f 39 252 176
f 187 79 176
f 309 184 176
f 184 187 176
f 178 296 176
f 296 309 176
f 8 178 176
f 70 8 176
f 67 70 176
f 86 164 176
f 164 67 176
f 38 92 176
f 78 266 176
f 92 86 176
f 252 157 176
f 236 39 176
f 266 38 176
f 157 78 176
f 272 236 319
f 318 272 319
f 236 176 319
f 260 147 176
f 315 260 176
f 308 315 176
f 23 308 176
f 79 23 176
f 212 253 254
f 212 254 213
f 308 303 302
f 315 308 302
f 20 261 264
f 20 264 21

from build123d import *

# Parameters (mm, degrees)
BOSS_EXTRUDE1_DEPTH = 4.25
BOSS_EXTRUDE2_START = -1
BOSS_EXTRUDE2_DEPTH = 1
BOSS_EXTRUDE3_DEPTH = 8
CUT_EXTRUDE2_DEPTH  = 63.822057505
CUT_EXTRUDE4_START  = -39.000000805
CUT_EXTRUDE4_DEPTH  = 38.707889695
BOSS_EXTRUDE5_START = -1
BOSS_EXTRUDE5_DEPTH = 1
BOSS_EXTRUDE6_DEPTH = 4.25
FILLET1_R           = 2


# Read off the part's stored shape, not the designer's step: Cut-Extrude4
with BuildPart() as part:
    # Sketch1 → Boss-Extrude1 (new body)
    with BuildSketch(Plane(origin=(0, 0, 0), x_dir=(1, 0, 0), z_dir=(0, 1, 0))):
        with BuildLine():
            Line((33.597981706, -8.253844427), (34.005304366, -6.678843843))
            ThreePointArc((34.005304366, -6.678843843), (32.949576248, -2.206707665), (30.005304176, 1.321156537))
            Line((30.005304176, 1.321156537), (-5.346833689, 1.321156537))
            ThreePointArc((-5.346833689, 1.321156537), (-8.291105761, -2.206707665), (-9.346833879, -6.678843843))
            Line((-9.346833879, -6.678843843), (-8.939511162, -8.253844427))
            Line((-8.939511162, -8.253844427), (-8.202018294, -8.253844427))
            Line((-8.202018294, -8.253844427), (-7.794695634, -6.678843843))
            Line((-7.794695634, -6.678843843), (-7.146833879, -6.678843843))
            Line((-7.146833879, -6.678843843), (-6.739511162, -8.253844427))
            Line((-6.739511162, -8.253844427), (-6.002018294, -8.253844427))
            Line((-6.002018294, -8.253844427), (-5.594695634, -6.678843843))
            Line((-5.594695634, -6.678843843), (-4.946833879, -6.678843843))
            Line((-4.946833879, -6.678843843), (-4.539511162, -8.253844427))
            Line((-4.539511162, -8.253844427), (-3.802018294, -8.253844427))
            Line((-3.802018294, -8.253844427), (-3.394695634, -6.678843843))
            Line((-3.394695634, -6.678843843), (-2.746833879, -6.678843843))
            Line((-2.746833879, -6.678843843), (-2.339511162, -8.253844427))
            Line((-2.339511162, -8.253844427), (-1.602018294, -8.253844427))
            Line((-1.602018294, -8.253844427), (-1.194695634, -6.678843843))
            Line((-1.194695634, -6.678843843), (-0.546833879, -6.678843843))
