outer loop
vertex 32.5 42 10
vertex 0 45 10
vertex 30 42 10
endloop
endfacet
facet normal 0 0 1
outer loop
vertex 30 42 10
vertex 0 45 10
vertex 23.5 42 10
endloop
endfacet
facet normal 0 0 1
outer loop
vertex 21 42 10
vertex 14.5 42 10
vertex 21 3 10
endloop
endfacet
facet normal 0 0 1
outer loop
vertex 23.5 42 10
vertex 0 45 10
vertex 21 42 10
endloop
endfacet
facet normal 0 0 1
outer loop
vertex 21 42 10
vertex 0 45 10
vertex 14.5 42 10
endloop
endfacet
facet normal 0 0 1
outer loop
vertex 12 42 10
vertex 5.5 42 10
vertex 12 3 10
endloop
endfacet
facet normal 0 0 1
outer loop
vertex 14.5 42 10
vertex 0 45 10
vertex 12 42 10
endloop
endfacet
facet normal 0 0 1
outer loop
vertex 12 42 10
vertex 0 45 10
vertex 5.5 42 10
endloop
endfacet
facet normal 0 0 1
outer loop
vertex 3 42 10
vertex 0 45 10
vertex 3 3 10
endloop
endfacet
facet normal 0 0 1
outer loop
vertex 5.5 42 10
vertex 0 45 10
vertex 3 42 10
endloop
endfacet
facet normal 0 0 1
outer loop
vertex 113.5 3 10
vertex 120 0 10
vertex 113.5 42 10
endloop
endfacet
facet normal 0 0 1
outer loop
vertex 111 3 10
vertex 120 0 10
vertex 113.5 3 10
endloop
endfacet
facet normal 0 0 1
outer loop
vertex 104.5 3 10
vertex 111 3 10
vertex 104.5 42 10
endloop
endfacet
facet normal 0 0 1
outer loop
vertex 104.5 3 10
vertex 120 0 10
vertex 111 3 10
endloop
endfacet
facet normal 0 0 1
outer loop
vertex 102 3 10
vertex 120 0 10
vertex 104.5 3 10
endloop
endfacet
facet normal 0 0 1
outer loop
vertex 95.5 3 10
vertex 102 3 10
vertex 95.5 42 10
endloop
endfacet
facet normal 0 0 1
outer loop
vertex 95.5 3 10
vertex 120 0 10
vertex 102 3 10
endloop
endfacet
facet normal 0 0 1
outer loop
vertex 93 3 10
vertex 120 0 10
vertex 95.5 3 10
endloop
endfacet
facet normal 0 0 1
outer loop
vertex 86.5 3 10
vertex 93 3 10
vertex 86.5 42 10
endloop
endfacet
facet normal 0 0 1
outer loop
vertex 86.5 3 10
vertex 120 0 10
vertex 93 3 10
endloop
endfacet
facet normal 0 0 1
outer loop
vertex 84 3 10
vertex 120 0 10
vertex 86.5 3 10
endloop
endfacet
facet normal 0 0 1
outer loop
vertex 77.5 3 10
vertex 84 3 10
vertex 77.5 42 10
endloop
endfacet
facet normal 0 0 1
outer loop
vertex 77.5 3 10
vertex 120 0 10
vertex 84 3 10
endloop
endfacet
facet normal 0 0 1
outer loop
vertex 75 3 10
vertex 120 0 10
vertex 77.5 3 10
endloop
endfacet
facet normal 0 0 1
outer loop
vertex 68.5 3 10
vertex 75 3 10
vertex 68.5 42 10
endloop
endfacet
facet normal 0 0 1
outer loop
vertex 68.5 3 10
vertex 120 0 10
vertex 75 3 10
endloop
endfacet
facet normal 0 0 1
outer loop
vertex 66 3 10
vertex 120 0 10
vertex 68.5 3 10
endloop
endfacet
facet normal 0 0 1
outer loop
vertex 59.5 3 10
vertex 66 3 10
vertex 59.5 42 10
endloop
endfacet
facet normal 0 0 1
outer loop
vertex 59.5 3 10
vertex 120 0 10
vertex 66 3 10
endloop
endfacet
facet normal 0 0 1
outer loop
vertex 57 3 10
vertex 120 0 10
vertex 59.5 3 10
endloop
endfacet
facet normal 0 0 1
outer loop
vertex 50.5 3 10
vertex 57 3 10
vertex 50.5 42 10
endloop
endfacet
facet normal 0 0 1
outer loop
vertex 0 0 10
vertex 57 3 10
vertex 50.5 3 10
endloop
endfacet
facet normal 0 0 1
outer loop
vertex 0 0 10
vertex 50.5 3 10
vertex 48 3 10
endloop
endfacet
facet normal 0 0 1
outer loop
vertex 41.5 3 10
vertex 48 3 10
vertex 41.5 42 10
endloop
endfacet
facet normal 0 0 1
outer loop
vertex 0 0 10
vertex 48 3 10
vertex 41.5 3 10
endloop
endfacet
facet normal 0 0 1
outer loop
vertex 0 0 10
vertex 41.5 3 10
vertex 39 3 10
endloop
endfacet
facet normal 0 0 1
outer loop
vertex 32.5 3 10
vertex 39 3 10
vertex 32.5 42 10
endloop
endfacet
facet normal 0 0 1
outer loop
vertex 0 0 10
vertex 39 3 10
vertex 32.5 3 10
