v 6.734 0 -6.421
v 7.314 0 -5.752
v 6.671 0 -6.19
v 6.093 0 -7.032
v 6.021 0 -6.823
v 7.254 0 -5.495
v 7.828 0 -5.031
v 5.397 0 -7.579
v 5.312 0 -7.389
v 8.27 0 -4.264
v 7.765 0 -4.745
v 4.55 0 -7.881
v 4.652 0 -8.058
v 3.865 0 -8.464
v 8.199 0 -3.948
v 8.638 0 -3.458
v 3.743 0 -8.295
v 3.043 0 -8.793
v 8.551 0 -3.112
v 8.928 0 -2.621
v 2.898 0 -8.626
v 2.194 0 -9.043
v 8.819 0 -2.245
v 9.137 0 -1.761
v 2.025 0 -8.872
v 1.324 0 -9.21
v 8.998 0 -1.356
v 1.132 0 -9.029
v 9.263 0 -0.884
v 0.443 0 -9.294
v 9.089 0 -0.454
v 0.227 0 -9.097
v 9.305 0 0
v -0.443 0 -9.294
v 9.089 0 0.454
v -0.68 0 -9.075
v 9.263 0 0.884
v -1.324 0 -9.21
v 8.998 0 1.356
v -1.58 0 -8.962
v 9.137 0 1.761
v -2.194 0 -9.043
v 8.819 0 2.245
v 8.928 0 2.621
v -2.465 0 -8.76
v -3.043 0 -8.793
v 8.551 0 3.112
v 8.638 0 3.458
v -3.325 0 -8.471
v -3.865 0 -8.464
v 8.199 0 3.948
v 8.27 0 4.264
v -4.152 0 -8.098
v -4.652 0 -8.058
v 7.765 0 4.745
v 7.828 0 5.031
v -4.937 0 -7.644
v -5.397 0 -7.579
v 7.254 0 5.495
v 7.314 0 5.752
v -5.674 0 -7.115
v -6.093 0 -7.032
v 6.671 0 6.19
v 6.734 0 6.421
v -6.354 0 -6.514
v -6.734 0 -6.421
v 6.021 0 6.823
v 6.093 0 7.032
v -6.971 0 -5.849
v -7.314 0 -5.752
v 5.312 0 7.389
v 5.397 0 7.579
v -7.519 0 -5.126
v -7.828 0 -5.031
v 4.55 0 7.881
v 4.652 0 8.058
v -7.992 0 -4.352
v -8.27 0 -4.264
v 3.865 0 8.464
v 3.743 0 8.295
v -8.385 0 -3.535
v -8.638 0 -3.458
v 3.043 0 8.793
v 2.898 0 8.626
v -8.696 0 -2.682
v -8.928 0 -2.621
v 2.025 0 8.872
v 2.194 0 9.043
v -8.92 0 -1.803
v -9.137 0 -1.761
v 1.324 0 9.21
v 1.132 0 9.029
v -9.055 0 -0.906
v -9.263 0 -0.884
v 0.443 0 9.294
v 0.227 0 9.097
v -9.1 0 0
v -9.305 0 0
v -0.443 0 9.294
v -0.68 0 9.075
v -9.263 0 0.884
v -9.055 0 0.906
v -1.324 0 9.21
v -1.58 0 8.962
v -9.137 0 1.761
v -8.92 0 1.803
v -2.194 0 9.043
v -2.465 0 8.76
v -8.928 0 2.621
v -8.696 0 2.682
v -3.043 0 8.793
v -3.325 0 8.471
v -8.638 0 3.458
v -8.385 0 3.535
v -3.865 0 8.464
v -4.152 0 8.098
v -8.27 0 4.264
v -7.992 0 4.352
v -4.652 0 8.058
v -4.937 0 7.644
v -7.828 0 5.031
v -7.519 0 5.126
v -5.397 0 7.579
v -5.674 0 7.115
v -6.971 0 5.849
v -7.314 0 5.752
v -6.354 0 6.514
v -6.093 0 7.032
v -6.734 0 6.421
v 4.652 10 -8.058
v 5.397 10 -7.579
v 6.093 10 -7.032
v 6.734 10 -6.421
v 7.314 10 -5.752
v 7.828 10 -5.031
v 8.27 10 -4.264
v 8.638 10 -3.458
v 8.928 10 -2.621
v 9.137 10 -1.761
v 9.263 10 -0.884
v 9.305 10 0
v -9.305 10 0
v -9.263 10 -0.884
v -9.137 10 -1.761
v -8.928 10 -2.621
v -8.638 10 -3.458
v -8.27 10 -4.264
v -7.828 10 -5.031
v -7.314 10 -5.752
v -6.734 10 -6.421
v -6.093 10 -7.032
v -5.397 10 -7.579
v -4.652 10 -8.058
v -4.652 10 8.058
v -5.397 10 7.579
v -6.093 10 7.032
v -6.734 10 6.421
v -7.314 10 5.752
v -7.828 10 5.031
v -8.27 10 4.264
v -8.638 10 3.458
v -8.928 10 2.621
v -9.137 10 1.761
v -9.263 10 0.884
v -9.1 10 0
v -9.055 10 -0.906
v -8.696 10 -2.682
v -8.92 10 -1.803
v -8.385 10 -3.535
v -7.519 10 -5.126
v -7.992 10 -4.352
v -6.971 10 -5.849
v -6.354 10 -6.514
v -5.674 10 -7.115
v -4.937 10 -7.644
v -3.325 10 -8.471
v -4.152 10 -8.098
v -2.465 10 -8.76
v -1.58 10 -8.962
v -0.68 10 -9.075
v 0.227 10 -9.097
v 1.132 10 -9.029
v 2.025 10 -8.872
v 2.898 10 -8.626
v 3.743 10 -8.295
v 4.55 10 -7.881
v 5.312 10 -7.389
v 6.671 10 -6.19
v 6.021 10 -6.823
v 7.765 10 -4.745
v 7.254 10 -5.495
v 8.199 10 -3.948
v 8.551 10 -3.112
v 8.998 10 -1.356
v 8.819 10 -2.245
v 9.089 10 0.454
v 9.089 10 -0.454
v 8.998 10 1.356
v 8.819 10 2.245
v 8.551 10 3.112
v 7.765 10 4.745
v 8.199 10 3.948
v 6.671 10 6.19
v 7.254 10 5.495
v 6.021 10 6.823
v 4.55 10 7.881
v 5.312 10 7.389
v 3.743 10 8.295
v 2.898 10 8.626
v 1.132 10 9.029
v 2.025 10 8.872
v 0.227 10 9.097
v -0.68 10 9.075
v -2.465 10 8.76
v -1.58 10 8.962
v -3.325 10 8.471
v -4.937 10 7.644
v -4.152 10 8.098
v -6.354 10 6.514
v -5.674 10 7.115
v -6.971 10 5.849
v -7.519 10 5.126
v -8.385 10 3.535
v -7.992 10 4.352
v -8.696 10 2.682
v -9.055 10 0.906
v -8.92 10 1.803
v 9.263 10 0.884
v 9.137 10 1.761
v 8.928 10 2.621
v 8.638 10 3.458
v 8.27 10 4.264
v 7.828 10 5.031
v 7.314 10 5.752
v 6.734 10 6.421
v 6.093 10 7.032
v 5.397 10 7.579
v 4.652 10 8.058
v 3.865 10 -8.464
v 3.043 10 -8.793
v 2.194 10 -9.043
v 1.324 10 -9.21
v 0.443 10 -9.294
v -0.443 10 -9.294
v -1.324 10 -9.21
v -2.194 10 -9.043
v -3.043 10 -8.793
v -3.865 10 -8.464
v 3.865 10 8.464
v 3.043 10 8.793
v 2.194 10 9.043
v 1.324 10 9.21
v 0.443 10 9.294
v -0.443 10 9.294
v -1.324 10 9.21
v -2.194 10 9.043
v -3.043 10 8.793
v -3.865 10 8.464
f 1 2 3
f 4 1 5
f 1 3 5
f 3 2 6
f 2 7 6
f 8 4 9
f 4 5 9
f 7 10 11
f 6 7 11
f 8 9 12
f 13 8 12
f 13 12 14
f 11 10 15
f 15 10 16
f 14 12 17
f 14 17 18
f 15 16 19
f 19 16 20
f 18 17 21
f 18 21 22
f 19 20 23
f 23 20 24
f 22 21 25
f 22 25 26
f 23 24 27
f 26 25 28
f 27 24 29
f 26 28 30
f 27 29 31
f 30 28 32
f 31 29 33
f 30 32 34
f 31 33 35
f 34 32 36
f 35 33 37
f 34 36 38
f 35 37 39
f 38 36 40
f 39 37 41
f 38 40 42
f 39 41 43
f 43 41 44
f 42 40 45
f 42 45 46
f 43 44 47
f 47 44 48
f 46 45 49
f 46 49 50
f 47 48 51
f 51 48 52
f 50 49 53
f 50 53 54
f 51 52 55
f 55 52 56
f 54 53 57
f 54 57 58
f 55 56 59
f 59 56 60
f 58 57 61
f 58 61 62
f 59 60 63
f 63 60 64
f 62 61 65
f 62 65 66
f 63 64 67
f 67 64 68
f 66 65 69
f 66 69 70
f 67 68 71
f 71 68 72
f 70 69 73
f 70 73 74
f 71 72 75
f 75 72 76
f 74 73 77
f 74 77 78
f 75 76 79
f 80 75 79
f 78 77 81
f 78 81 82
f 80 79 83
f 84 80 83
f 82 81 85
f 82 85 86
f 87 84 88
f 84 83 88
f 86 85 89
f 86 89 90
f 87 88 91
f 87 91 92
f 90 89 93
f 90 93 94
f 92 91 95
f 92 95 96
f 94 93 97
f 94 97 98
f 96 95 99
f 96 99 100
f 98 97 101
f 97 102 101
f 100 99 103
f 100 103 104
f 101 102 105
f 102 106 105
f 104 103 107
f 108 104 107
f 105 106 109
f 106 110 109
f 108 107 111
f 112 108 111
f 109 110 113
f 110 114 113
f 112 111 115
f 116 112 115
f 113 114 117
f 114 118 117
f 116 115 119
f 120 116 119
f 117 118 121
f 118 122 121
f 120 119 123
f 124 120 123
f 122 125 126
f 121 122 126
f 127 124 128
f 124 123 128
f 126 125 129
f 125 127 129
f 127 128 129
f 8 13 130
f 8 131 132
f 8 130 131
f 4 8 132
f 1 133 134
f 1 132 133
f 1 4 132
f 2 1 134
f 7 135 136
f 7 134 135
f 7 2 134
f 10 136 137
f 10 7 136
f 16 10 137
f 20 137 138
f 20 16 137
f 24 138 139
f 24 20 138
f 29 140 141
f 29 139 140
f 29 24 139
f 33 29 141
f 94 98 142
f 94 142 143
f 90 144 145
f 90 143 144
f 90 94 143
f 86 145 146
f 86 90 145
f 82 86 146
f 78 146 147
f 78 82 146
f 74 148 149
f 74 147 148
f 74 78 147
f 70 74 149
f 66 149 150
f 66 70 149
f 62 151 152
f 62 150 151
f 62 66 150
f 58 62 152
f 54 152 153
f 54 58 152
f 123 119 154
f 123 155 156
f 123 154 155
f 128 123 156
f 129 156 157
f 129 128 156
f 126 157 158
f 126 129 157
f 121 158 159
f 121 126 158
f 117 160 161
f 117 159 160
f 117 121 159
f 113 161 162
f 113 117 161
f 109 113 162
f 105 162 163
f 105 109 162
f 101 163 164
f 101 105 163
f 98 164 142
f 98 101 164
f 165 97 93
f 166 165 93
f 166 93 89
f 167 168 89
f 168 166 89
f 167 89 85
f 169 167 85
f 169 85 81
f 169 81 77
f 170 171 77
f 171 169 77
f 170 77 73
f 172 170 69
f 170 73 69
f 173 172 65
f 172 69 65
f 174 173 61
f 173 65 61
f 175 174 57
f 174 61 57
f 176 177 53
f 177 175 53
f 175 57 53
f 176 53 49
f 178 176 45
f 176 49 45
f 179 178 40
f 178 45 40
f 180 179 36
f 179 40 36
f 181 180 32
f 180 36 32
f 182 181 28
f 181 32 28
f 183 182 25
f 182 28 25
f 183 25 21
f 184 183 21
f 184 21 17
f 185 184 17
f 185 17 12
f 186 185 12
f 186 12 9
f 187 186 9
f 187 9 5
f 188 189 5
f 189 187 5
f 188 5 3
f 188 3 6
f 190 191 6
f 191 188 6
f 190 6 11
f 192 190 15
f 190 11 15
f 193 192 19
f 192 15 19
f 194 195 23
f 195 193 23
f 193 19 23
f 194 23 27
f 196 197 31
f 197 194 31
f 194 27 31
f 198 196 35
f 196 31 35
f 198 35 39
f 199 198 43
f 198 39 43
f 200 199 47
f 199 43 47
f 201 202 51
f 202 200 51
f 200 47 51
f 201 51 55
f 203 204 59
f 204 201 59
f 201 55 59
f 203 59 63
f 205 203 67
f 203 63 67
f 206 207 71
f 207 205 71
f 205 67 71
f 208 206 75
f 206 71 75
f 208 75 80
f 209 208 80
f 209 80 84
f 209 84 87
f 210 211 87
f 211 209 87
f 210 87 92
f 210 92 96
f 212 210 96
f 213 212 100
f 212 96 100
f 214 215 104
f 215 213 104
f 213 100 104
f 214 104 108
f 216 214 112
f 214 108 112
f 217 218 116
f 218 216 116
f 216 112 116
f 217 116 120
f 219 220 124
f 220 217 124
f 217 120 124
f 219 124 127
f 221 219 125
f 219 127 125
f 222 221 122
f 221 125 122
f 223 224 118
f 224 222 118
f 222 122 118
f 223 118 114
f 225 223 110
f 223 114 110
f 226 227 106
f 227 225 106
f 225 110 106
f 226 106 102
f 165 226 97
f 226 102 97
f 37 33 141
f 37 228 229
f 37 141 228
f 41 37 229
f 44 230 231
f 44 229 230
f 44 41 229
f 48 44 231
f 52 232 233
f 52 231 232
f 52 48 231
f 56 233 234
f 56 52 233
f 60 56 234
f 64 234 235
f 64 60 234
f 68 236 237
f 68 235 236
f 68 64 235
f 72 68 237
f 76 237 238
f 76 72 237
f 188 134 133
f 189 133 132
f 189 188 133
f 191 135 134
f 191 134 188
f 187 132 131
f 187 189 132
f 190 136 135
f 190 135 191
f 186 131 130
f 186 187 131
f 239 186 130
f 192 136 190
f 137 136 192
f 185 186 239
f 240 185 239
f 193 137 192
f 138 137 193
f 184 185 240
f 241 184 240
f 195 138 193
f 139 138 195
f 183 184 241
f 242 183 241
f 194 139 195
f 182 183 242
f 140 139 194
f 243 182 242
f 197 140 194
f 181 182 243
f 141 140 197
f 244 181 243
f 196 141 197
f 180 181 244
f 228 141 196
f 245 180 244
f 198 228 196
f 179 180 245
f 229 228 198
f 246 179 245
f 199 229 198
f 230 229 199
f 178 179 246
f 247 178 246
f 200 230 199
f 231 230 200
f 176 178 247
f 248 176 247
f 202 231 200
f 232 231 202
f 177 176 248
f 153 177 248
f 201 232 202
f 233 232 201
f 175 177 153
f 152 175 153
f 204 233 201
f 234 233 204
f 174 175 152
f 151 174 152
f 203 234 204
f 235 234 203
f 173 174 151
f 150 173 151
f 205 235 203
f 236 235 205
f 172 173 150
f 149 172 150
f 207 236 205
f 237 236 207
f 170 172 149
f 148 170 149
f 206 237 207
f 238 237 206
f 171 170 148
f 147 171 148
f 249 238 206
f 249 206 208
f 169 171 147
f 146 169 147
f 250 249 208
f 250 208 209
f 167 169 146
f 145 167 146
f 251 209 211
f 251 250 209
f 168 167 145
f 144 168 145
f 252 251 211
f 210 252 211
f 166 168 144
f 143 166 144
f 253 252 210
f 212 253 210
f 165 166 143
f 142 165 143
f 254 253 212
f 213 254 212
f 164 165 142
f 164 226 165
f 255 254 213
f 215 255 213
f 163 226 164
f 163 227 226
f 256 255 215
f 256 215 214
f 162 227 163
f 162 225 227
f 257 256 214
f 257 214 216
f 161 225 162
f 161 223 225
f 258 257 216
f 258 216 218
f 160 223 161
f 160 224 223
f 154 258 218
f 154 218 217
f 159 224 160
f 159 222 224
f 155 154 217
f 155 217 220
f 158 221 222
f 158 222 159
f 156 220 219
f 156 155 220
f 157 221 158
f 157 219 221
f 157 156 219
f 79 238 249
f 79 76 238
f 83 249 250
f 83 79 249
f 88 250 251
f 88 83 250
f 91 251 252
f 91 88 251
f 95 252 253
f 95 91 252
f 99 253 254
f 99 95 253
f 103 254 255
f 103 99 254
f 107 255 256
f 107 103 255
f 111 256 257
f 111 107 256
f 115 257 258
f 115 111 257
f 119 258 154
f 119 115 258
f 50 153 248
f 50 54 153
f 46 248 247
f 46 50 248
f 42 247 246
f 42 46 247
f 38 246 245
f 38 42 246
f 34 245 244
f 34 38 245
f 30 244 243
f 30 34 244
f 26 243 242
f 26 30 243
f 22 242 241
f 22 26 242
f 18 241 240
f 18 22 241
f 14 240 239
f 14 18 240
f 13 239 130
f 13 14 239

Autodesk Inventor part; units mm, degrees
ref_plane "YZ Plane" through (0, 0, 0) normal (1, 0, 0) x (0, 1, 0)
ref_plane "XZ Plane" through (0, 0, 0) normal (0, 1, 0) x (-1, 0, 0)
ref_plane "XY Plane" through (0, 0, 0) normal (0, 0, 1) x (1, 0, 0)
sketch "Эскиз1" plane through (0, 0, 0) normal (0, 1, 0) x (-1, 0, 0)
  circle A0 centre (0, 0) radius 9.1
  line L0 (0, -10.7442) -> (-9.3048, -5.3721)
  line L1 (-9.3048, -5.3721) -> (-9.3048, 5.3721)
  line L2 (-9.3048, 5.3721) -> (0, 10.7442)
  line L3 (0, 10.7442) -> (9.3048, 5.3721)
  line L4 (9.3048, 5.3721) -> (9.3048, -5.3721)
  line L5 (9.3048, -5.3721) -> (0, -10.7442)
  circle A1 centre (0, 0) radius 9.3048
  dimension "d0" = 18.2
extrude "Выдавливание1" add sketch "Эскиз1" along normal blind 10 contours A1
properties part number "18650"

Goal of the exercise >> When the line with "f 1 133 134" is reached in the data above, start copying there, and copy each line exactly until the line with "f 90 143 144" has been copied; copy nothing else.

Answer to this problem >>
f 1 133 134
f 1 132 133
f 1 4 132
f 2 1 134
f 7 135 136
f 7 134 135
f 7 2 134
f 10 136 137
f 10 7 136
f 16 10 137
f 20 137 138
f 20 16 137
f 24 138 139
f 24 20 138
f 29 140 141
f 29 139 140
f 29 24 139
f 33 29 141
f 94 98 142
f 94 142 143
f 90 144 145
f 90 143 144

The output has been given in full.